その中で彼らはやっと大好物のチーズを今日も見つけた。そのチーズの量は莫大で、もう一生食べていけるんだと思うくらいの量だった。
ついに安定を手にした(と思った)ネズミと小人たちはその食料地を「ステーションC」と呼び、お腹いっぱい毎日たらふくチーズを食べていた。生活は安定し、わざわざかつてのようにチーズを探す必要がなくなったのだ。
しかし、ある日突然チーズは目の前からなくなってしまう。この後のネズミたちの行動と小人たちの行動は大きく異なっていた。
ネズミたちの行動
ネズミたちの名前はスニッフとスカリー。二匹は兎にも角にも行動した。「無くなったのなら探せばいい」というのが彼らのとった行動だった。スニッフたちは迷路を探し続けた。時には匂いを嗅ぎ、時には壁を引っ掻きながらとにかく新しいチーズを探した。そしてついにネズミたちはステーションCよりも更に莫大なチーズの山を見つけるのだった。
小人たちの行動
小人たちの名前はヘムとホー。二人はチーズが無くなってしまった時に考えた。「もしかしたら一時的にチーズは消えてしまったのかもしれない...」。その後も毎日毎日「ステーションC」へ通い続けるヘムとホー。しかしそこにチーズが現れることはなかった。

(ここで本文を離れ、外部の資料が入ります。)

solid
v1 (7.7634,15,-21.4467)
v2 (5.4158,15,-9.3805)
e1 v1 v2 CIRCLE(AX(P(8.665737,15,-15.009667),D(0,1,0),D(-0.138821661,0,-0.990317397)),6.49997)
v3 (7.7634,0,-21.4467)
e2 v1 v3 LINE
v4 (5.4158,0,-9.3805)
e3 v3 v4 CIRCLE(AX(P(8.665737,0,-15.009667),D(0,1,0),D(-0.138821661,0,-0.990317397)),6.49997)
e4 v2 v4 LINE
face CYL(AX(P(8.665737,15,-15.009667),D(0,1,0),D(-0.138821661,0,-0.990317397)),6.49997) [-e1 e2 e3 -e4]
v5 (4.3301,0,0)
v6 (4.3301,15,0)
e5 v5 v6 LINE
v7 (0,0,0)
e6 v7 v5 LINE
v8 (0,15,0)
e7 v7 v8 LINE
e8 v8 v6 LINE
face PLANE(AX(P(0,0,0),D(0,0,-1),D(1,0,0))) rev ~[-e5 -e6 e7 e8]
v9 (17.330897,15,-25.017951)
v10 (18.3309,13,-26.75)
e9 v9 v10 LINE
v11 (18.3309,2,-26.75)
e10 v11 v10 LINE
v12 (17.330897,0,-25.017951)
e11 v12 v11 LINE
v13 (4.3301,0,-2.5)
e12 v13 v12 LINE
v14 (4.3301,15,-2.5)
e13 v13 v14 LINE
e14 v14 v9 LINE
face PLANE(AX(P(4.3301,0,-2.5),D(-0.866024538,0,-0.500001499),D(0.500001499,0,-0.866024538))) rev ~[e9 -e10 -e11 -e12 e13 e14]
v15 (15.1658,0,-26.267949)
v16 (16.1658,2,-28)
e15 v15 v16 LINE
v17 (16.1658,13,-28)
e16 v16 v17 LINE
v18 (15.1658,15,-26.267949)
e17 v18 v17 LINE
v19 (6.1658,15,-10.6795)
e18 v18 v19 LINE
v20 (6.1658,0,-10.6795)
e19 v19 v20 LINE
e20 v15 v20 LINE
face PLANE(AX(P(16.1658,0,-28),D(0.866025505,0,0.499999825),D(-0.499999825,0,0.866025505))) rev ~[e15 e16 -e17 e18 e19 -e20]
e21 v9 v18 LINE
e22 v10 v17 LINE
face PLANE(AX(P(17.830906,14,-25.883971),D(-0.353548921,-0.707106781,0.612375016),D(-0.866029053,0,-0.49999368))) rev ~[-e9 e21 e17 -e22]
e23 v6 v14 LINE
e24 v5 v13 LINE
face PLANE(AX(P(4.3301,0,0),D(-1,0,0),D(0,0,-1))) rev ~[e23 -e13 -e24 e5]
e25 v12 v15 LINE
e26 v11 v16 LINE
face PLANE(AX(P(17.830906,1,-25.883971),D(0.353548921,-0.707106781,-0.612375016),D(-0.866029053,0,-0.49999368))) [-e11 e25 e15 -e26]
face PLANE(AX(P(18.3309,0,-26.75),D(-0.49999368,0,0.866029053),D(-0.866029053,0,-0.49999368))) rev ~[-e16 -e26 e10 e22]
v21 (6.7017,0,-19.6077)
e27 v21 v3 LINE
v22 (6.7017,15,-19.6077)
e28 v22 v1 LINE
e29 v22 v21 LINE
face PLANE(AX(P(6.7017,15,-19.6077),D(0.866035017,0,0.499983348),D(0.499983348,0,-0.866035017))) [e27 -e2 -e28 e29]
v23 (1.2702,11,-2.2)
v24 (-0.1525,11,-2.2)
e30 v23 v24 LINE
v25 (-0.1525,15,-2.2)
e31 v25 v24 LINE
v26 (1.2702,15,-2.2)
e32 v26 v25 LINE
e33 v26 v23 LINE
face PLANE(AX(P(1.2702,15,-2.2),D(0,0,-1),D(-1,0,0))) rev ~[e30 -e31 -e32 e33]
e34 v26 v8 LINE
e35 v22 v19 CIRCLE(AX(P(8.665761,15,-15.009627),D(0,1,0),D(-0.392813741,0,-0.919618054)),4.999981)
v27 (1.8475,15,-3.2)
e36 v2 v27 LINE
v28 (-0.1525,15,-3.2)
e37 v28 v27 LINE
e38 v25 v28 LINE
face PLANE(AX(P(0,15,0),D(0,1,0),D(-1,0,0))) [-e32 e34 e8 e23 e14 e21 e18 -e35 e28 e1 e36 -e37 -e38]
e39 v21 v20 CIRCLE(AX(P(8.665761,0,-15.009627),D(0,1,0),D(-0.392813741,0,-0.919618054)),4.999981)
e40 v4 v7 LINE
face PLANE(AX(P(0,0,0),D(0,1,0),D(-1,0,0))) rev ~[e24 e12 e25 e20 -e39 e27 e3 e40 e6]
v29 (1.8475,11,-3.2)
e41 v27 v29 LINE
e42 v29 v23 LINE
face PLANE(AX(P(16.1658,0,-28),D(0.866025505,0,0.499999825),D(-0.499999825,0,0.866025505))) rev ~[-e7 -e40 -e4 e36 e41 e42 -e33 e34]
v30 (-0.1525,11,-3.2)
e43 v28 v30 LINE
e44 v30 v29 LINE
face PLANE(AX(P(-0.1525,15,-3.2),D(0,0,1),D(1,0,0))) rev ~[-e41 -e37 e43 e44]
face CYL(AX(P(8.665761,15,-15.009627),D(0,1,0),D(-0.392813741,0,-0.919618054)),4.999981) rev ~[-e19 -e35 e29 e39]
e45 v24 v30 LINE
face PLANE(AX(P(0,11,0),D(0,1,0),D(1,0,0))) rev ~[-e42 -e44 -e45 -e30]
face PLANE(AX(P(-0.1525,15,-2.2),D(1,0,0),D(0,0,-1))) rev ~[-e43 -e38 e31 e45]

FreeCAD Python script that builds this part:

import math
import FreeCAD as App
import Part
import Sketcher

V = App.Vector
Q = App.Units.Quantity


def edges_at(feature, points):
    """Names of the edges that pass closest to the given points."""
    edges = feature.Shape.Edges
    near = lambda p: min(range(len(edges)), key=lambda i: edges[i].distToShape(Part.Vertex(*p))[0])
    return sorted({f"Edge{near(p) + 1}" for p in points})


def add_polygon(sketch, points):
    """Adds a closed chain of lines whose ends are joined by coincident constraints."""
    first, n = sketch.GeometryCount, len(points)
    for a, b in zip(points, points[1:] + points[:1]):
        sketch.addGeometry(Part.LineSegment(App.Vector(*a, 0), App.Vector(*b, 0)), False)
    for i in range(n):
        sketch.addConstraint(Sketcher.Constraint("Coincident", first + i, 2, first + (i + 1) % n, 1))

doc = App.newDocument("Part")
body = doc.addObject("PartDesign::Body", "Body")

# Sketch on XZ plane
sketch1 = doc.addObject("Sketcher::SketchObject", "Sketch")
body.addObject(sketch1)
sketch1.AttachmentSupport = (doc.XZ_Plane, [""])
sketch1.MapMode = "FlatFace"
add_polygon(sketch1, [(16.2, -28), (0, 0), (4.3, 0), (4.3, -2.5), (18.3, -26.8)])  # lines 0-4
sketch1.addConstraint([
    Sketcher.Constraint("Horizontal", 1),
    Sketcher.Constraint("Vertical", 2),
    Sketcher.Constraint("Coincident", 0, 2, -1, 1),
    Sketcher.Constraint("Parallel", 0, 3),
    Sketcher.Constraint("Perpendicular", 3, 4),
    Sketcher.Constraint("Angle", 3, Q("-60 deg")),
    Sketcher.Constraint("DistanceY", 2, 2, 2, 1, 2.5),
    Sketcher.Constraint("DistanceY", 4, 2, -1, 1, 28.0),
    Sketcher.Constraint("Distance", 4, 2.5),
])
pad1 = doc.addObject("PartDesign::Pad", "Pad")
body.addObject(pad1)
pad1.Profile = sketch1
pad1.Length = 15
pad1.Reversed = True

# Sketch on XZ plane
sketch2 = doc.addObject("Sketcher::SketchObject", "Sketch001")
body.addObject(sketch2)
sketch2.AttachmentSupport = (doc.XZ_Plane, [""])
sketch2.MapMode = "FlatFace"
sketch2.AttachmentOffset = App.Placement(V(0, 0, -15), App.Rotation())
sketch2.addGeometry([
    Part.LineSegment(V(5.4, -9.4, 0), V(6.2, -10.7, 0)),
    Part.ArcOfCircle(Part.Circle(V(8.7, -15, 0), V(0, 0, 1), 5), math.radians(120), math.radians(247)),
    Part.LineSegment(V(6.7, -19.6, 0), V(7.8, -21.4, 0)),
    Part.ArcOfCircle(Part.Circle(V(8.7, -15, 0), V(0, 0, 1), 6.5), math.radians(120), math.radians(262)),
], False)
sketch2.addConstraint([
    Sketcher.Constraint("Coincident", 0, 2, 1, 1),
    Sketcher.Constraint("Coincident", 1, 2, 2, 1),
    Sketcher.Constraint("Coincident", 2, 2, 3, 2),
    Sketcher.Constraint("Coincident", 3, 1, 0, 1),
    Sketcher.Constraint("Coincident", 3, 3, 1, 3),
    Sketcher.Constraint("Parallel", 0, 2),
    Sketcher.Constraint("Radius", 1, 5.0),
    Sketcher.Constraint("Distance", 0, 1.5),
    Sketcher.Constraint("Angle", 0, Q("-60 deg")),
    Sketcher.Constraint("DistanceX", 0, 2, 1, 3, 2.5),
    Sketcher.Constraint("DistanceX", 1, 2, 1, 3, 1.964),
    Sketcher.Constraint("DistanceX", -1, 1, 1, 3, 8.6658),
    Sketcher.Constraint("DistanceY", 1, 3, -1, 1, 15.0096),
])
pad2 = doc.addObject("PartDesign::Pad", "Pad001")
body.addObject(pad2)
pad2.Profile = sketch2
pad2.Length = 15

# Sketch on XZ plane
sketch3 = doc.addObject("Sketcher::SketchObject", "Sketch002")
body.addObject(sketch3)
sketch3.AttachmentSupport = (doc.XZ_Plane, [""])
sketch3.MapMode = "FlatFace"
sketch3.AttachmentOffset = App.Placement(V(0, 0, -15), App.Rotation())
add_polygon(sketch3, [(-0.2, -2.2), (1.3, -2.2), (1.8, -3.2), (-0.2, -3.2)])  # lines 0-3
sketch3.addConstraint([
    Sketcher.Constraint("Horizontal", 0),
    Sketcher.Constraint("Horizontal", 2),
    Sketcher.Constraint("Vertical", 3),
    Sketcher.Constraint("DistanceX", 2, 2, 2, 1, 2.0),
    Sketcher.Constraint("DistanceY", 3, 1, 3, 2, 1.0),
    Sketcher.Constraint("DistanceY", 0, 2, -1, 1, 2.2),
    Sketcher.Constraint("DistanceX", 0, 1, 0, 2, 1.4227),
    Sketcher.Constraint("DistanceX", -1, 1, 0, 2, 1.2702),
])
pad3 = doc.addObject("PartDesign::Pad", "Pad002")
body.addObject(pad3)
pad3.Profile = sketch3
pad3.Length = 4
doc.recompute()

chamfer = doc.addObject("PartDesign::Chamfer", "Chamfer")
body.addObject(chamfer)
chamfer.Base = (pad3, edges_at(pad3, [(17.248, 15, -27.375), (17.248, 0, -27.375)]))
chamfer.Size = 2

doc.recompute()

暫くたった後、ヘムはホーに「ステーションC」を出発して新しいチーズを探しにいくことを提案する。しかし、ヘムは聞く耳を持たない。最終的にホーは「このままでは生きていけない」と考え、ヘムを置いてチーズを探す旅に出る。
もしかしたら「ステーションC」にいればチーズは見つかったのかもしれない。結局ネズミたちはどうなったのだろう。と思考を重ねながら最終的にたどり着いたのはチーズの山。そこでホーに向かって手を振っていたのは、チーズをたらふく口に詰め込んだあのネズミたちだった。
こんな短い短い話が『チーズはどこへ消えた?』だ。
でも、この話から何を学べるんですか?
以下に解説するね。
『チーズはどこへ消えた?』の解説
本の内容を理解するためには、誰が書いたのかをまずは確認しておこう。
この本を書いたのは?
医学博士・心理学者でハーバード・ビジネス・スクールの名誉会員。 そんな華やかな肩書きを持つスペンサー・ジョンソンが書いたのが本書『チーズはどこへ消えた?』だ。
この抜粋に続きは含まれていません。